O problema do João era o apelido: "Jão Jaó". A ignorância encharcando-lhe o coração e a alma de sua mineiridade interiorana, virava uma fera quando os meninos de rua passavam e gritavam: "Jão Jaóooo!"; quando isso acontecia ele tremia todo, bufava, avermelhava, arrepiava até os cabelos dos braços - os da cabeça tornavam-se mais perpendiculares do que já eram - e, parecia, inchava ou inflava, de tão nervoso; perdia as estribeiras, ia até à porta, olhava e gesticulava para os lados da rua, e começava, apesar de moral rígida, a gritar e xingar palavrões de todos os calibres.
Quando a Usiminas começou a ser instalada, a rua em que o Sô João morava tomou um impulso desenvolvimentista tremendamente grande, e os imóveis se valorizaram demasiado. O movimento de gente e de carros tornou-se intenso e intenso foi o número de pessoas que passavam e gritavam: "Jão, Jaóooo! Jão, Jaóooo!". Os alunos das escolas e a molecada da vizinhança nem se falam!

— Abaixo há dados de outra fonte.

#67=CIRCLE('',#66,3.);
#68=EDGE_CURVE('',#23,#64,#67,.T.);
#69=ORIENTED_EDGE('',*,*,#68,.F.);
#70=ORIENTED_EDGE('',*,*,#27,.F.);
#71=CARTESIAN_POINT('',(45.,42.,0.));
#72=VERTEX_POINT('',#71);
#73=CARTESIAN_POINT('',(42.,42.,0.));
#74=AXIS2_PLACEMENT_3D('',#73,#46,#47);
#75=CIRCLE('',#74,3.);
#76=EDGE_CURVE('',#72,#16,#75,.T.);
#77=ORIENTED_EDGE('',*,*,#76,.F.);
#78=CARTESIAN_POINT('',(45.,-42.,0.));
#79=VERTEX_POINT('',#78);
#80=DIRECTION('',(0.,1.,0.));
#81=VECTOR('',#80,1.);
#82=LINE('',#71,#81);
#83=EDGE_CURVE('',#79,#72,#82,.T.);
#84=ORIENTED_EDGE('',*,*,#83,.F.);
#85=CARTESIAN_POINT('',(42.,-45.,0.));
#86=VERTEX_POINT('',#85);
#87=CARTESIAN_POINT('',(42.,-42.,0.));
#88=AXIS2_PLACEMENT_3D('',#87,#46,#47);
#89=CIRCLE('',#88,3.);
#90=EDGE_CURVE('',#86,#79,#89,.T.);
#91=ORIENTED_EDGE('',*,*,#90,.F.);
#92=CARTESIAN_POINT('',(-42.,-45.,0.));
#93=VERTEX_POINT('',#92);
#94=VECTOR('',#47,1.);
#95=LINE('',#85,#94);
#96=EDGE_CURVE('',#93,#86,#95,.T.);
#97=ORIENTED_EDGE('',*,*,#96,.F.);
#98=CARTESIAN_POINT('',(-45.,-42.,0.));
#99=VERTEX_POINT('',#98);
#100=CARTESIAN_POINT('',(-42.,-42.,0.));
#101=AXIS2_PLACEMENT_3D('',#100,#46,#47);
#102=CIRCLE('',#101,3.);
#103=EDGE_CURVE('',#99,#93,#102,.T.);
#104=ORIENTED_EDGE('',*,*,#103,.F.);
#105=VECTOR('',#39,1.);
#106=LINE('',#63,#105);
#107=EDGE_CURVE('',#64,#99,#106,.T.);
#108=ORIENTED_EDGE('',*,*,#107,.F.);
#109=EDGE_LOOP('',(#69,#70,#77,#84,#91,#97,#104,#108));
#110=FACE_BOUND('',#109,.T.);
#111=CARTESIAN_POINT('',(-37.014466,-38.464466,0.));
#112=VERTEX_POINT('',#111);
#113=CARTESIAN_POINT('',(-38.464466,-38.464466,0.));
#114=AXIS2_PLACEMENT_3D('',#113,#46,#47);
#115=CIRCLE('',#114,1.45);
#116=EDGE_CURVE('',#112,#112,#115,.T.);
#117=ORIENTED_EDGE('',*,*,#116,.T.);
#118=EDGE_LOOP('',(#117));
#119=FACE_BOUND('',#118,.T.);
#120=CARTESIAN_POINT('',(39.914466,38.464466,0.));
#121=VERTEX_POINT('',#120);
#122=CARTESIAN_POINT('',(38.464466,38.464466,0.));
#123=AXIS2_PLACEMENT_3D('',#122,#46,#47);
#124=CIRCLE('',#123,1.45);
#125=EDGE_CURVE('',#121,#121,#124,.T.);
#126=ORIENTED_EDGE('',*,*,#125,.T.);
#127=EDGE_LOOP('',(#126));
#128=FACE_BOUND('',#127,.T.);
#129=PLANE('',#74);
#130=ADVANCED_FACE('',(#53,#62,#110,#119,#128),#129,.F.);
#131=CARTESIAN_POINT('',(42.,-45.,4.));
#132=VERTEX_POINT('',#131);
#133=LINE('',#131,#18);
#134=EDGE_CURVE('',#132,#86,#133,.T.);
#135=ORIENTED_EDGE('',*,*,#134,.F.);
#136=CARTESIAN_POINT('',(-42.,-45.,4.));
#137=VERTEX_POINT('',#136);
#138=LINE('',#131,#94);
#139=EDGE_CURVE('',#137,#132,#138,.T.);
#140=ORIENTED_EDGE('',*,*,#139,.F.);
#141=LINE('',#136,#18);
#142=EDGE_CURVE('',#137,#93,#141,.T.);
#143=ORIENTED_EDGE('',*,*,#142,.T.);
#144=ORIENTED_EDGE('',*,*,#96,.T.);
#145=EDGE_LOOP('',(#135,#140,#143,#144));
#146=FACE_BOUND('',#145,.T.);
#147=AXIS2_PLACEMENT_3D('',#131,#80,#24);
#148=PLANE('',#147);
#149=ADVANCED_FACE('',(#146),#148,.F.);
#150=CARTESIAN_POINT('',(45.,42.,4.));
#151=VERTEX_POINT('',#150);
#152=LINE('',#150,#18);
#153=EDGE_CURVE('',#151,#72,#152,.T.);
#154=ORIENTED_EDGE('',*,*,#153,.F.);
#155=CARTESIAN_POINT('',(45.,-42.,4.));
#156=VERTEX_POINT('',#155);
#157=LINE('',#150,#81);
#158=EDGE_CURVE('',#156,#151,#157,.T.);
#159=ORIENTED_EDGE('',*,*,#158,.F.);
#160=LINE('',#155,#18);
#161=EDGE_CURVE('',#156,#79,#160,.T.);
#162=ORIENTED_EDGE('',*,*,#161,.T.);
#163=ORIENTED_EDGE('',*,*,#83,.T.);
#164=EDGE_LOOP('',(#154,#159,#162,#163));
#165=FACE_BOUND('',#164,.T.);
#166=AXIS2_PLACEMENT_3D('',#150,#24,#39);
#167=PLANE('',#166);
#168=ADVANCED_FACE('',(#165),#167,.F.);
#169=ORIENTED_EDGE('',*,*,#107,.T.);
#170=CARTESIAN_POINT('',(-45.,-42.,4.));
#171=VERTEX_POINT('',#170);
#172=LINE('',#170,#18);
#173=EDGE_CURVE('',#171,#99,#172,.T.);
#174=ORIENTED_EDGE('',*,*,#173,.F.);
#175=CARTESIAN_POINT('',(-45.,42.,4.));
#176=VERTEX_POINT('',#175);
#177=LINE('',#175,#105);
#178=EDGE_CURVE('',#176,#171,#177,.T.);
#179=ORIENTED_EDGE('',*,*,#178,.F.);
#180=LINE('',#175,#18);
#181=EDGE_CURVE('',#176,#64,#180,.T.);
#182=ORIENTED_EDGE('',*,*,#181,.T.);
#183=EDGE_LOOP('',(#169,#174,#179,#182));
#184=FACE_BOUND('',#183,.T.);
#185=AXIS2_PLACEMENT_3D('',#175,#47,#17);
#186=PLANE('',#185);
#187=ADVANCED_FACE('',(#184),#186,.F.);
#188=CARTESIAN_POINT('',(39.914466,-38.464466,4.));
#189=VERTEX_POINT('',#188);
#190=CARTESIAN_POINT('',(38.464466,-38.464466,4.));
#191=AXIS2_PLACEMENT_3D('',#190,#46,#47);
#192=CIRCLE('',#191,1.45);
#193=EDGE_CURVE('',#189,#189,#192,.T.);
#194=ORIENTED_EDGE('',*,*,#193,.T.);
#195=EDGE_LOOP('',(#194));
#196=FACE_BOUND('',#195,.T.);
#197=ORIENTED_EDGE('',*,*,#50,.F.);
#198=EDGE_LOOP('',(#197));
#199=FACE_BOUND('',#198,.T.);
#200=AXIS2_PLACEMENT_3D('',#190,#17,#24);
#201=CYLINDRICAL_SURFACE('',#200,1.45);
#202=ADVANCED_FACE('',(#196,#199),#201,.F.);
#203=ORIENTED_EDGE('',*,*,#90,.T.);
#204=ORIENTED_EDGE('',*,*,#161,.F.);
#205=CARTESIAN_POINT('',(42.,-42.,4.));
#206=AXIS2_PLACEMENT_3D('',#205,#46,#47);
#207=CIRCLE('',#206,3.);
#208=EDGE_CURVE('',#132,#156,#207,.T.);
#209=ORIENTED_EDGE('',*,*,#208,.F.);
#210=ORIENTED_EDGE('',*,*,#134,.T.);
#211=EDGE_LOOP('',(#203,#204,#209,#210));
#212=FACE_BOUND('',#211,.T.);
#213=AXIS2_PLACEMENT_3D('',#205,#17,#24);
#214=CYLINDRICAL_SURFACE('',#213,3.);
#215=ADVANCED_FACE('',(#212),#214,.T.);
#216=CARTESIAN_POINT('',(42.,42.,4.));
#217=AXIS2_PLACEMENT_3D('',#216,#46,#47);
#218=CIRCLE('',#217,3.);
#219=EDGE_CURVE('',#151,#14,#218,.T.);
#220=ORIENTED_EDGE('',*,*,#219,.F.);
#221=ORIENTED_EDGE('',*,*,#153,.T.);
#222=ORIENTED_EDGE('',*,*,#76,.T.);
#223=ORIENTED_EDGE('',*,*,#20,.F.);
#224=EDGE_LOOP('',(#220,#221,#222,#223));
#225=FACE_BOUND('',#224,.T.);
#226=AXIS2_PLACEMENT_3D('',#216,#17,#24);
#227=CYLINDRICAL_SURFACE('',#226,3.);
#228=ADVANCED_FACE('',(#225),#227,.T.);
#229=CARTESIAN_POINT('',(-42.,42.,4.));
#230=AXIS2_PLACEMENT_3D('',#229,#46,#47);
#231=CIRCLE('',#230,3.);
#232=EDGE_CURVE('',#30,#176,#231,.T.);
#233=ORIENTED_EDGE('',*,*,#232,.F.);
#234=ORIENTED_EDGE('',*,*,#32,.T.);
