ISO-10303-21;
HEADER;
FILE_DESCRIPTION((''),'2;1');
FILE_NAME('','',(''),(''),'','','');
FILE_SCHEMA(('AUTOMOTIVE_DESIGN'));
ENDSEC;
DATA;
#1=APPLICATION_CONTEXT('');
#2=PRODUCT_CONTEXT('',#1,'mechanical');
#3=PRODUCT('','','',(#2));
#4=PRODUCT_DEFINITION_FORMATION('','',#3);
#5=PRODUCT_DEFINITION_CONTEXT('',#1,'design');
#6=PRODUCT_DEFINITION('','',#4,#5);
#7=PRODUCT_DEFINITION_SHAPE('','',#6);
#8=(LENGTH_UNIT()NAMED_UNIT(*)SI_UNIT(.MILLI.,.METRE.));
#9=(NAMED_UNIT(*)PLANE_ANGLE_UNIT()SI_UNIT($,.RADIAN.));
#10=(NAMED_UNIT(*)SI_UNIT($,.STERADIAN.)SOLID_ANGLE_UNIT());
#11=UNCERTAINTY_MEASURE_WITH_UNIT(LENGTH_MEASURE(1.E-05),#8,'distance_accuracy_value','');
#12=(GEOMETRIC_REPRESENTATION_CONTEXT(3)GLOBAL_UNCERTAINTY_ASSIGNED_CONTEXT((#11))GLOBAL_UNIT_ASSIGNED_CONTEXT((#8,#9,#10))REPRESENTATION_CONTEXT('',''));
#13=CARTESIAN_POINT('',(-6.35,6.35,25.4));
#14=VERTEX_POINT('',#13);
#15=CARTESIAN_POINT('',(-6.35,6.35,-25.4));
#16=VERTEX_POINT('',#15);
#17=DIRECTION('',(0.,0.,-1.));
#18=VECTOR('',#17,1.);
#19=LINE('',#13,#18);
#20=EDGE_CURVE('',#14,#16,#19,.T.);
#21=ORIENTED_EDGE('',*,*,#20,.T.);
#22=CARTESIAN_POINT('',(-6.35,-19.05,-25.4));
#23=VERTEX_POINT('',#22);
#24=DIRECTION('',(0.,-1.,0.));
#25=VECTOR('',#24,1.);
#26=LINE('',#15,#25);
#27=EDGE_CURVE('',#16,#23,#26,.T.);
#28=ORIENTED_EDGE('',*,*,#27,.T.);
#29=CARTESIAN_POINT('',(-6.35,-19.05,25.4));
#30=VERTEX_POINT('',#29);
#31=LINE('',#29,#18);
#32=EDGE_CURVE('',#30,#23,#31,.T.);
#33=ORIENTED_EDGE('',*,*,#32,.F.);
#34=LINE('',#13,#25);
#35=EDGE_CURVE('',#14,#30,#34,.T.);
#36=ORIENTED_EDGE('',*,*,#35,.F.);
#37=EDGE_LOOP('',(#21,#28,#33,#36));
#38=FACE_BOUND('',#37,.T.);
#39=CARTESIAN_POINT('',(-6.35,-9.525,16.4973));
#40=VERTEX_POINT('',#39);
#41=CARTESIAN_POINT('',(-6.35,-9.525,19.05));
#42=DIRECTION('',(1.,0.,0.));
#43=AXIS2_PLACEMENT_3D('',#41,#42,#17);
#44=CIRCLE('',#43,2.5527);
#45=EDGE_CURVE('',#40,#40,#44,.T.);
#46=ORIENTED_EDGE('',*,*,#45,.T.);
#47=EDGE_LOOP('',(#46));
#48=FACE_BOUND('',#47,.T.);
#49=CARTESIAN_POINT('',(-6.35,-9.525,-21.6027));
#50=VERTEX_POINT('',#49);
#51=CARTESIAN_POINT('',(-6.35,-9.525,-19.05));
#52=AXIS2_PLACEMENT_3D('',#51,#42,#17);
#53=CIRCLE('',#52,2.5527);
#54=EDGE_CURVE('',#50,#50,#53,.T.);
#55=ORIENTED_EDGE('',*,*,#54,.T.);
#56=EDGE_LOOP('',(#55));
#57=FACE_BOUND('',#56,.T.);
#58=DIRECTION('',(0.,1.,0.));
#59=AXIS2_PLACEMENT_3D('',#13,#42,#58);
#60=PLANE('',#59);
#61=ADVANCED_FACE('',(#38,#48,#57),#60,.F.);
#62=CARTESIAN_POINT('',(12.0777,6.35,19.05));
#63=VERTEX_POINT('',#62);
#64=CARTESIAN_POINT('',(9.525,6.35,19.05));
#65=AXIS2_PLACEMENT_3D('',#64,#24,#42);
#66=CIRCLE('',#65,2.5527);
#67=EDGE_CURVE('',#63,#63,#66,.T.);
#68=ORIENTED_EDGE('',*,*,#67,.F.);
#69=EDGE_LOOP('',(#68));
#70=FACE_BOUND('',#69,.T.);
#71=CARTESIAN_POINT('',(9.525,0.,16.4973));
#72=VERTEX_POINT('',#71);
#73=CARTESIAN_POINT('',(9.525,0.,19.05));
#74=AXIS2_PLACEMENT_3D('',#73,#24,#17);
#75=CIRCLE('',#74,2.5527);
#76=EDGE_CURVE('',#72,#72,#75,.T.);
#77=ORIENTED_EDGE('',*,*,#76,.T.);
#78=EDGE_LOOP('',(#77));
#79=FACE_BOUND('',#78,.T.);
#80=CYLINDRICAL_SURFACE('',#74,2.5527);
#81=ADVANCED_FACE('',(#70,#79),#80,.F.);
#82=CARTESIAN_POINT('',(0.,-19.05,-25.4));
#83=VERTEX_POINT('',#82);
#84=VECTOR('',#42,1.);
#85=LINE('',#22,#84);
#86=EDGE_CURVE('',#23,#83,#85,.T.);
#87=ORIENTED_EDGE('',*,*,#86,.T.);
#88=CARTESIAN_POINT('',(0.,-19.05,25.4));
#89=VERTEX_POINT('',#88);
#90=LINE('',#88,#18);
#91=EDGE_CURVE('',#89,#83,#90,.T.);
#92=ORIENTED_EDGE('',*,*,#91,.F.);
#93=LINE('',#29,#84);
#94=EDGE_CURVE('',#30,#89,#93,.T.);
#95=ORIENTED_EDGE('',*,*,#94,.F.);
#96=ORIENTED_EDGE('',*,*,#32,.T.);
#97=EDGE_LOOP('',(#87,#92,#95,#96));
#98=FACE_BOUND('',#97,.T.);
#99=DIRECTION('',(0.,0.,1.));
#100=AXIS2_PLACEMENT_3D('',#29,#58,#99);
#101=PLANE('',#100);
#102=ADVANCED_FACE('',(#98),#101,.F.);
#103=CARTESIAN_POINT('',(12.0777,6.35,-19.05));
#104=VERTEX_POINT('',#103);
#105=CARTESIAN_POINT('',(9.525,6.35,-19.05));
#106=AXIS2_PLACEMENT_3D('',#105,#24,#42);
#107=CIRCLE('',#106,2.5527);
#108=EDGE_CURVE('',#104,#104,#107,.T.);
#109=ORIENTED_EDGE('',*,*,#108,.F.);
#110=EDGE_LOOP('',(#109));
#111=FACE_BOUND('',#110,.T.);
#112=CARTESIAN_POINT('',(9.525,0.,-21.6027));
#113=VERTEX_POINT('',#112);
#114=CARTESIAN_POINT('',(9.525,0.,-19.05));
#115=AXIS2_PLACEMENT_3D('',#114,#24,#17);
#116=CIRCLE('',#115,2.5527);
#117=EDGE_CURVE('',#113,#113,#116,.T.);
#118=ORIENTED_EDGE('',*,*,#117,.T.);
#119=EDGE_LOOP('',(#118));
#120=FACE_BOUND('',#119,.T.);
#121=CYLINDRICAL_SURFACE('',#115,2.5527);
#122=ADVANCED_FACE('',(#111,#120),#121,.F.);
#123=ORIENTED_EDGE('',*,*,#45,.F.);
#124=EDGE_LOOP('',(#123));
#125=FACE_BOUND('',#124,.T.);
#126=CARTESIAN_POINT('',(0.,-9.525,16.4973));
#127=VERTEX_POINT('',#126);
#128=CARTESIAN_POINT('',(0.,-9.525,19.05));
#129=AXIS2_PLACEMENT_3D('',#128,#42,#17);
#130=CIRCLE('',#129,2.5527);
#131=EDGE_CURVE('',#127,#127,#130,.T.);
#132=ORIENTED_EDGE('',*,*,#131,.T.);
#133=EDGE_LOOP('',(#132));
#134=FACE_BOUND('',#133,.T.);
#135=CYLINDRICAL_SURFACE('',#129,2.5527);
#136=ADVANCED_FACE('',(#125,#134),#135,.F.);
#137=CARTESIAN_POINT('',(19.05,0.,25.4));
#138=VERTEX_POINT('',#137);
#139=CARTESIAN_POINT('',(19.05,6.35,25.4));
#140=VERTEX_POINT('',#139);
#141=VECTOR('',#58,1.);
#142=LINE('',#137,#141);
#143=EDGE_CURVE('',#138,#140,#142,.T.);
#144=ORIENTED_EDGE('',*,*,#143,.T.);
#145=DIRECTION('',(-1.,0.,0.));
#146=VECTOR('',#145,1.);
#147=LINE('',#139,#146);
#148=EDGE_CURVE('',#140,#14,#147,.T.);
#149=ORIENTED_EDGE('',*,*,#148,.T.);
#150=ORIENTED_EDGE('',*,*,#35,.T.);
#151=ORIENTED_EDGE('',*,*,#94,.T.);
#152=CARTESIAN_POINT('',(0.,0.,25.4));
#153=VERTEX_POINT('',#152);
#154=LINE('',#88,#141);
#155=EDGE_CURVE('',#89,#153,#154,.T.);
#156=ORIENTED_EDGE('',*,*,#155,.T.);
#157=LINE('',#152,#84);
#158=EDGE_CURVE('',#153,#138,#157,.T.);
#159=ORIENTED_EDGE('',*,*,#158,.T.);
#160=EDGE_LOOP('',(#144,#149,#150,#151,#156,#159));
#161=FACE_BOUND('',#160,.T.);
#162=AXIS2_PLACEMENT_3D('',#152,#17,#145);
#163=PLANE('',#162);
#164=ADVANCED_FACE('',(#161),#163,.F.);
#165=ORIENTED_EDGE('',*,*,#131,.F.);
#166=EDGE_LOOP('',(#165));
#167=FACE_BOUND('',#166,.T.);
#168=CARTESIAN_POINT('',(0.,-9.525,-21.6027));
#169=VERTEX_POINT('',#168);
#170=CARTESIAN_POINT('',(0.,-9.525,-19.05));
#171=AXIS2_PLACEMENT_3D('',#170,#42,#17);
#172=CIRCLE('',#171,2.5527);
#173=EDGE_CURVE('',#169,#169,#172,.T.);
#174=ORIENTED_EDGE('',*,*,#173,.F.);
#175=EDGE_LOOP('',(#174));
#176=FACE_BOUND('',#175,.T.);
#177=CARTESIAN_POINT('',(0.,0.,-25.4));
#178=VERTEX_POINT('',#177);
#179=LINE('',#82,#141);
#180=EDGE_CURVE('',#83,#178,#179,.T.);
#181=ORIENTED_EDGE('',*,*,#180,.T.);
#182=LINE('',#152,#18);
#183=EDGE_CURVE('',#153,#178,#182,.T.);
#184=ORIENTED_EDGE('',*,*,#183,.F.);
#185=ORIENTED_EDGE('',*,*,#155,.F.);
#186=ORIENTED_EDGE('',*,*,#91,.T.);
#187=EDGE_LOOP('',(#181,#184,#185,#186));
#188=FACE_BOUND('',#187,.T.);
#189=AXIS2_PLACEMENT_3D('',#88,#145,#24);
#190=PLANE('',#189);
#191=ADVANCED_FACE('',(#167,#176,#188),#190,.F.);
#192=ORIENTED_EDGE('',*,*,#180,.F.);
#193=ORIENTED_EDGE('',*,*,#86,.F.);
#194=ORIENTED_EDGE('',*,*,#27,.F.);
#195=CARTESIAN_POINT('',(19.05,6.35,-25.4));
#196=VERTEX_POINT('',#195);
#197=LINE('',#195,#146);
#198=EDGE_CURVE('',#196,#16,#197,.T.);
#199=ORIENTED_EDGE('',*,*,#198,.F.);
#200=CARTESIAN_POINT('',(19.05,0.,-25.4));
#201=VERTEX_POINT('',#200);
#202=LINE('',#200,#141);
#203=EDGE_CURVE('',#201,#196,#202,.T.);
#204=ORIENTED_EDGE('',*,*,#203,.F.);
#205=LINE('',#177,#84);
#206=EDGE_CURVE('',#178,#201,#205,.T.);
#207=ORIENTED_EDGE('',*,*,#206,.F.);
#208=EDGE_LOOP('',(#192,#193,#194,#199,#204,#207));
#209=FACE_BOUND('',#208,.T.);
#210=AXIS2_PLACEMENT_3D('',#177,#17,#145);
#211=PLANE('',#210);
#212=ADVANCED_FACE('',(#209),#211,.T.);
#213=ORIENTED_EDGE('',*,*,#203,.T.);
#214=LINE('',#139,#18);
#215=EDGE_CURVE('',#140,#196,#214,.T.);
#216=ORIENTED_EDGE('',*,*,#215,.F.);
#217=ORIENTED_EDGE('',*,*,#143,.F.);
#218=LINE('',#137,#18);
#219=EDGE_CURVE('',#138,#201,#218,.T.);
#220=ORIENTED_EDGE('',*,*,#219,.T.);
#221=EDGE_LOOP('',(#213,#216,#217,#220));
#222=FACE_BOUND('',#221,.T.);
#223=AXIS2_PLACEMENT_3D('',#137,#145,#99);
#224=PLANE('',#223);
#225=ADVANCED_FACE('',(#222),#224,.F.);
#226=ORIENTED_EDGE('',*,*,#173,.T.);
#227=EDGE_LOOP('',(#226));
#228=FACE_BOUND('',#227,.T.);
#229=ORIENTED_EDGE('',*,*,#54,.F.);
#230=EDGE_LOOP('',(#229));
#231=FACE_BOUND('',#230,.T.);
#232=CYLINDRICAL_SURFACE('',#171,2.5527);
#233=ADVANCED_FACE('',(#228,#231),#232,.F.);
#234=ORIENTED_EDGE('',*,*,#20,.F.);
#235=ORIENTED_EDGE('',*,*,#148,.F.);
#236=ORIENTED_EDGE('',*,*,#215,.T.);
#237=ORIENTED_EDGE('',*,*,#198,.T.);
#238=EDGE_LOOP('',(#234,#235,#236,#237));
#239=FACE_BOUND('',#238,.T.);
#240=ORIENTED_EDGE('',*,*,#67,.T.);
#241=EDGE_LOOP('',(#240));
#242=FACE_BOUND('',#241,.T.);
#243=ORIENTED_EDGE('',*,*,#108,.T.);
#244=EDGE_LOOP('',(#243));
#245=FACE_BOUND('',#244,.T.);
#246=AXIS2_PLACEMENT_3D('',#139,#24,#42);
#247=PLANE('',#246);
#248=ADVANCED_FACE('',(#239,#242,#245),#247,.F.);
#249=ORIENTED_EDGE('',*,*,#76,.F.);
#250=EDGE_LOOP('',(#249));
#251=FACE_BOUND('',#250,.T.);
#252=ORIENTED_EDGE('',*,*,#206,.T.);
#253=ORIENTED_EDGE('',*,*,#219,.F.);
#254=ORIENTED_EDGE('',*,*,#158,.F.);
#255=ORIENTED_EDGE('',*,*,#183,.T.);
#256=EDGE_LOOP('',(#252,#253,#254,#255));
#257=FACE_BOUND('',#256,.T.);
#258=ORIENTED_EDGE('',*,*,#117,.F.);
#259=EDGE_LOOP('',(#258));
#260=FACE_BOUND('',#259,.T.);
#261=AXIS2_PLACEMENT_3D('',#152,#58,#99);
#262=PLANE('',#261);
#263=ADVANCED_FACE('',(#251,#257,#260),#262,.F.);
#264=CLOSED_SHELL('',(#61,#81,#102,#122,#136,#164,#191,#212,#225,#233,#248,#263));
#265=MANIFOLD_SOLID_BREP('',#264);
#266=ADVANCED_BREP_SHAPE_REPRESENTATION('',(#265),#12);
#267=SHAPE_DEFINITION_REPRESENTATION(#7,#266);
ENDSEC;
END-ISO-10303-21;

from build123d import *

# Parameters (mm, degrees)
BOSS_EXTRUDE1_DEPTH        = 25.4
F_10_CLEARANCE_HOLE1_D     = 5.1054
F_10_CLEARANCE_HOLE2_D     = 5.1054
F_10_CLEARANCE_HOLE2_DEPTH = 6.35
F_10_CLEARANCE_HOLE2_TIP   = 1.533816902


with BuildPart() as part:
    # Sketch1 → Boss-Extrude1 (new, symmetric)
    with BuildSketch(Plane.XY):
        Polygon((0, 0), (19.05, 0), (19.05, 6.35), (-6.35, 6.35), (-6.35, -19.05), (0, -19.05), align=None)
    extrude(amount=BOSS_EXTRUDE1_DEPTH, both=True)

    # #10 Clearance Hole1 (through all)
    with Locations(Plane(origin=(0, 0, 0), x_dir=(-1, 0, 0), z_dir=(0, -1, 0))):
        with Locations((-9.525, -19.05), (-9.525, 19.05)):
            Hole(F_10_CLEARANCE_HOLE1_D / 2)

    # #10 Clearance Hole2
    with Locations(Plane(origin=(0, 0, 0), x_dir=(0, 0, -1), z_dir=(1, 0, 0))):
        with Locations((19.05, -9.525), (-19.05, -9.525)):
            Hole(F_10_CLEARANCE_HOLE2_D / 2, depth=F_10_CLEARANCE_HOLE2_DEPTH)
            with Locations((0, 0, -(F_10_CLEARANCE_HOLE2_DEPTH + F_10_CLEARANCE_HOLE2_TIP / 2))):  # 118° drill point
                Cone(0, F_10_CLEARANCE_HOLE2_D / 2, F_10_CLEARANCE_HOLE2_TIP, mode=Mode.SUBTRACT)


solid = part.part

A coisa tornou-se tão feia que o Sô João resolveu mudar-se. Vendeu a casa por preço irrisório e foi para Belo Horizonte, onde comprou uma casinha em um bairro afastado. Colocou a pequena barbearia em um dos cômodos e se tranquilizou - ficou na sua, apesar de seu jeitão e modos da roça.
Tranqüilo?...
Um belo, ou um nefasto dia, passou um rapaz, no meio de uma grande turma jovens do bairro, e gritou: "Jão, Jaóooo!". Em seguida, um uníssono de toda a rapaziada: "Jão, Jaóooo! Jão, Jaóooo!" - O suficiente para a garotada ouvir e aprender e colocar em prática o famigerado apelido. Isto tomou tal pé, que o Sô João não aguentou por muito tempo; vendeu a casinha novamente por preço irrisório - mudou-se para Itabira.
Comenta-se que, em Itabira, o Sô João comprou um pequeno barracão no subúrbio - agora, no interior novamente, tranquilidade total! Total?... Demorou pouco, pois num tenebroso dia apareceu um gaiato e gritou, para todo mundo da redondeza escutar e aprender:
- "Jão, Jaóooo! Jão, Jaóooo!"
... Sô João teve infarto fulminante...
NB: Este conto foi escrito como uma homenagem ao querido primo Vianney e a meu barbeiro de infância, o Sô João.